Task input:
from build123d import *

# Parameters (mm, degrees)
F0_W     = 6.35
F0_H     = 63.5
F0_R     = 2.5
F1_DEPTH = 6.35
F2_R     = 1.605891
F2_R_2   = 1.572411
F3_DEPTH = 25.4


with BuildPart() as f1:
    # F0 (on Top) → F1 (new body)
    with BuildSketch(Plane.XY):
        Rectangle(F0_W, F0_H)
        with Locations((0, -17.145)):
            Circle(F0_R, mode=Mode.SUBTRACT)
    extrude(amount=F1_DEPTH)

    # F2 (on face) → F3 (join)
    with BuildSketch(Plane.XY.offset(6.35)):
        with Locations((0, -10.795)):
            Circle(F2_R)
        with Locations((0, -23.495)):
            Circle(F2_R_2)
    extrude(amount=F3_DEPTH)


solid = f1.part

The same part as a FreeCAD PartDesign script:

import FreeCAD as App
import Part
import Sketcher

V = App.Vector
Q = App.Units.Quantity


def add_polygon(sketch, points):
    """Adds a closed chain of lines whose ends are joined by coincident constraints."""
    first, n = sketch.GeometryCount, len(points)
    for a, b in zip(points, points[1:] + points[:1]):
        sketch.addGeometry(Part.LineSegment(App.Vector(*a, 0), App.Vector(*b, 0)), False)
    for i in range(n):
        sketch.addConstraint(Sketcher.Constraint("Coincident", first + i, 2, first + (i + 1) % n, 1))

doc = App.newDocument("Part")
params = doc.addObject("Spreadsheet::Sheet", "Params")
for row, (alias, value) in enumerate([
    ("sketch1_height", "2.5 in"),
    ("sketch1_width", "0.25 in"),
    ("pad1_length", "0.25 in"),
    ("pad2_length", "1 in"),
], start=1):
    params.set(f"A{row}", alias)
    params.set(f"B{row}", "=" + value)
    params.setAlias(f"B{row}", alias)

body = doc.addObject("PartDesign::Body", "Body")

# Sketch on XY plane
sketch1 = body.newObject("Sketcher::SketchObject", "Sketch")
sketch1.AttachmentSupport = (doc.getObject("XY_Plane"), [""])
sketch1.MapMode = "FlatFace"
add_polygon(sketch1, [(-3.2, 31.8), (-3.2, -31.8), (3.2, -31.8), (3.2, 31.8)])  # lines 0-3
sketch1.addGeometry(Part.Circle(V(0, -17.1, 0), V(0, 0, 1), 2.5), False)  # 4
sketch1.addConstraint(Sketcher.Constraint("Vertical", 0))
sketch1.addConstraint(Sketcher.Constraint("Horizontal", 1))
sketch1.addConstraint(Sketcher.Constraint("Vertical", 2))
sketch1.addConstraint(Sketcher.Constraint("Horizontal", 3))
sketch1.addConstraint(Sketcher.Constraint("Symmetric", 0, 2, 2, 2, -1, 1))
sketch1.addConstraint(Sketcher.Constraint("PointOnObject", 4, 3, -2))
sketch1.addConstraint(Sketcher.Constraint("DistanceY", 0, 2, 0, 1, Q("2.5 in")))
sketch1.addConstraint(Sketcher.Constraint("DistanceX", 1, 1, 1, 2, Q("0.25 in")))
sketch1.addConstraint(Sketcher.Constraint("Diameter", 4, 5.0))
sketch1.addConstraint(Sketcher.Constraint("DistanceY", 4, 3, -1, 1, Q("0.675 in")))
sketch1.setExpression("Constraints[10]", "Params.sketch1_height")
sketch1.setExpression("Constraints[11]", "Params.sketch1_width")
pad1 = body.newObject("PartDesign::Pad", "Pad")
pad1.Profile = sketch1
pad1.setExpression("Length", "Params.pad1_length")

# Sketch on XY plane
sketch2 = body.newObject("Sketcher::SketchObject", "Sketch001")
sketch2.AttachmentSupport = (doc.getObject("XY_Plane"), [""])
sketch2.MapMode = "FlatFace"
sketch2.AttachmentOffset = App.Placement(V(0, 0, 0.25 * 25.4), App.Rotation())
sketch2.addGeometry(Part.Circle(V(0, -10.8, 0), V(0, 0, 1), 1.6), False)
sketch2.addGeometry(Part.Circle(V(0, -23.5, 0), V(0, 0, 1), 1.6), False)
sketch2.addConstraint(Sketcher.Constraint("PointOnObject", 0, 3, -2))
sketch2.addConstraint(Sketcher.Constraint("PointOnObject", 1, 3, -2))
sketch2.addConstraint(Sketcher.Constraint("DistanceY", 1, 3, 0, 3, Q("0.5 in")))
sketch2.addConstraint(Sketcher.Constraint("Diameter", 0, 3.211782))
sketch2.addConstraint(Sketcher.Constraint("Diameter", 1, 3.144822))
sketch2.addConstraint(Sketcher.Constraint("DistanceY", 0, 3, -1, 1, Q("0.425 in")))
pad2 = body.newObject("PartDesign::Pad", "Pad001")
pad2.Profile = sketch2
pad2.setExpression("Length", "Params.pad2_length")

doc.recompute()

What you need to do: Output all of the data in full, exactly as given.

Solution to this problem:
from build123d import *

# Parameters (mm, degrees)
F0_W     = 6.35
F0_H     = 63.5
F0_R     = 2.5
F1_DEPTH = 6.35
F2_R     = 1.605891
F2_R_2   = 1.572411
F3_DEPTH = 25.4


with BuildPart() as f1:
    # F0 (on Top) → F1 (new body)
    with BuildSketch(Plane.XY):
        Rectangle(F0_W, F0_H)
        with Locations((0, -17.145)):
            Circle(F0_R, mode=Mode.SUBTRACT)
    extrude(amount=F1_DEPTH)

    # F2 (on face) → F3 (join)
    with BuildSketch(Plane.XY.offset(6.35)):
        with Locations((0, -10.795)):
            Circle(F2_R)
        with Locations((0, -23.495)):
            Circle(F2_R_2)
    extrude(amount=F3_DEPTH)


solid = f1.part

The same part as a FreeCAD PartDesign script:

import FreeCAD as App
import Part
import Sketcher

V = App.Vector
Q = App.Units.Quantity


def add_polygon(sketch, points):
    """Adds a closed chain of lines whose ends are joined by coincident constraints."""
    first, n = sketch.GeometryCount, len(points)
    for a, b in zip(points, points[1:] + points[:1]):
        sketch.addGeometry(Part.LineSegment(App.Vector(*a, 0), App.Vector(*b, 0)), False)
    for i in range(n):
        sketch.addConstraint(Sketcher.Constraint("Coincident", first + i, 2, first + (i + 1) % n, 1))

doc = App.newDocument("Part")
params = doc.addObject("Spreadsheet::Sheet", "Params")
for row, (alias, value) in enumerate([
    ("sketch1_height", "2.5 in"),
    ("sketch1_width", "0.25 in"),
    ("pad1_length", "0.25 in"),
    ("pad2_length", "1 in"),
], start=1):
    params.set(f"A{row}", alias)
    params.set(f"B{row}", "=" + value)
    params.setAlias(f"B{row}", alias)

body = doc.addObject("PartDesign::Body", "Body")

# Sketch on XY plane
sketch1 = body.newObject("Sketcher::SketchObject", "Sketch")
sketch1.AttachmentSupport = (doc.getObject("XY_Plane"), [""])
sketch1.MapMode = "FlatFace"
add_polygon(sketch1, [(-3.2, 31.8), (-3.2, -31.8), (3.2, -31.8), (3.2, 31.8)])  # lines 0-3
sketch1.addGeometry(Part.Circle(V(0, -17.1, 0), V(0, 0, 1), 2.5), False)  # 4
sketch1.addConstraint(Sketcher.Constraint("Vertical", 0))
sketch1.addConstraint(Sketcher.Constraint("Horizontal", 1))
sketch1.addConstraint(Sketcher.Constraint("Vertical", 2))
sketch1.addConstraint(Sketcher.Constraint("Horizontal", 3))
sketch1.addConstraint(Sketcher.Constraint("Symmetric", 0, 2, 2, 2, -1, 1))
sketch1.addConstraint(Sketcher.Constraint("PointOnObject", 4, 3, -2))
sketch1.addConstraint(Sketcher.Constraint("DistanceY", 0, 2, 0, 1, Q("2.5 in")))
sketch1.addConstraint(Sketcher.Constraint("DistanceX", 1, 1, 1, 2, Q("0.25 in")))
sketch1.addConstraint(Sketcher.Constraint("Diameter", 4, 5.0))
sketch1.addConstraint(Sketcher.Constraint("DistanceY", 4, 3, -1, 1, Q("0.675 in")))
sketch1.setExpression("Constraints[10]", "Params.sketch1_height")
sketch1.setExpression("Constraints[11]", "Params.sketch1_width")
pad1 = body.newObject("PartDesign::Pad", "Pad")
pad1.Profile = sketch1
pad1.setExpression("Length", "Params.pad1_length")

# Sketch on XY plane
sketch2 = body.newObject("Sketcher::SketchObject", "Sketch001")
sketch2.AttachmentSupport = (doc.getObject("XY_Plane"), [""])
sketch2.MapMode = "FlatFace"
sketch2.AttachmentOffset = App.Placement(V(0, 0, 0.25 * 25.4), App.Rotation())
sketch2.addGeometry(Part.Circle(V(0, -10.8, 0), V(0, 0, 1), 1.6), False)
sketch2.addGeometry(Part.Circle(V(0, -23.5, 0), V(0, 0, 1), 1.6), False)
sketch2.addConstraint(Sketcher.Constraint("PointOnObject", 0, 3, -2))
sketch2.addConstraint(Sketcher.Constraint("PointOnObject", 1, 3, -2))
sketch2.addConstraint(Sketcher.Constraint("DistanceY", 1, 3, 0, 3, Q("0.5 in")))
sketch2.addConstraint(Sketcher.Constraint("Diameter", 0, 3.211782))
sketch2.addConstraint(Sketcher.Constraint("Diameter", 1, 3.144822))
sketch2.addConstraint(Sketcher.Constraint("DistanceY", 0, 3, -1, 1, Q("0.425 in")))
pad2 = body.newObject("PartDesign::Pad", "Pad001")
pad2.Profile = sketch2
pad2.setExpression("Length", "Params.pad2_length")

doc.recompute()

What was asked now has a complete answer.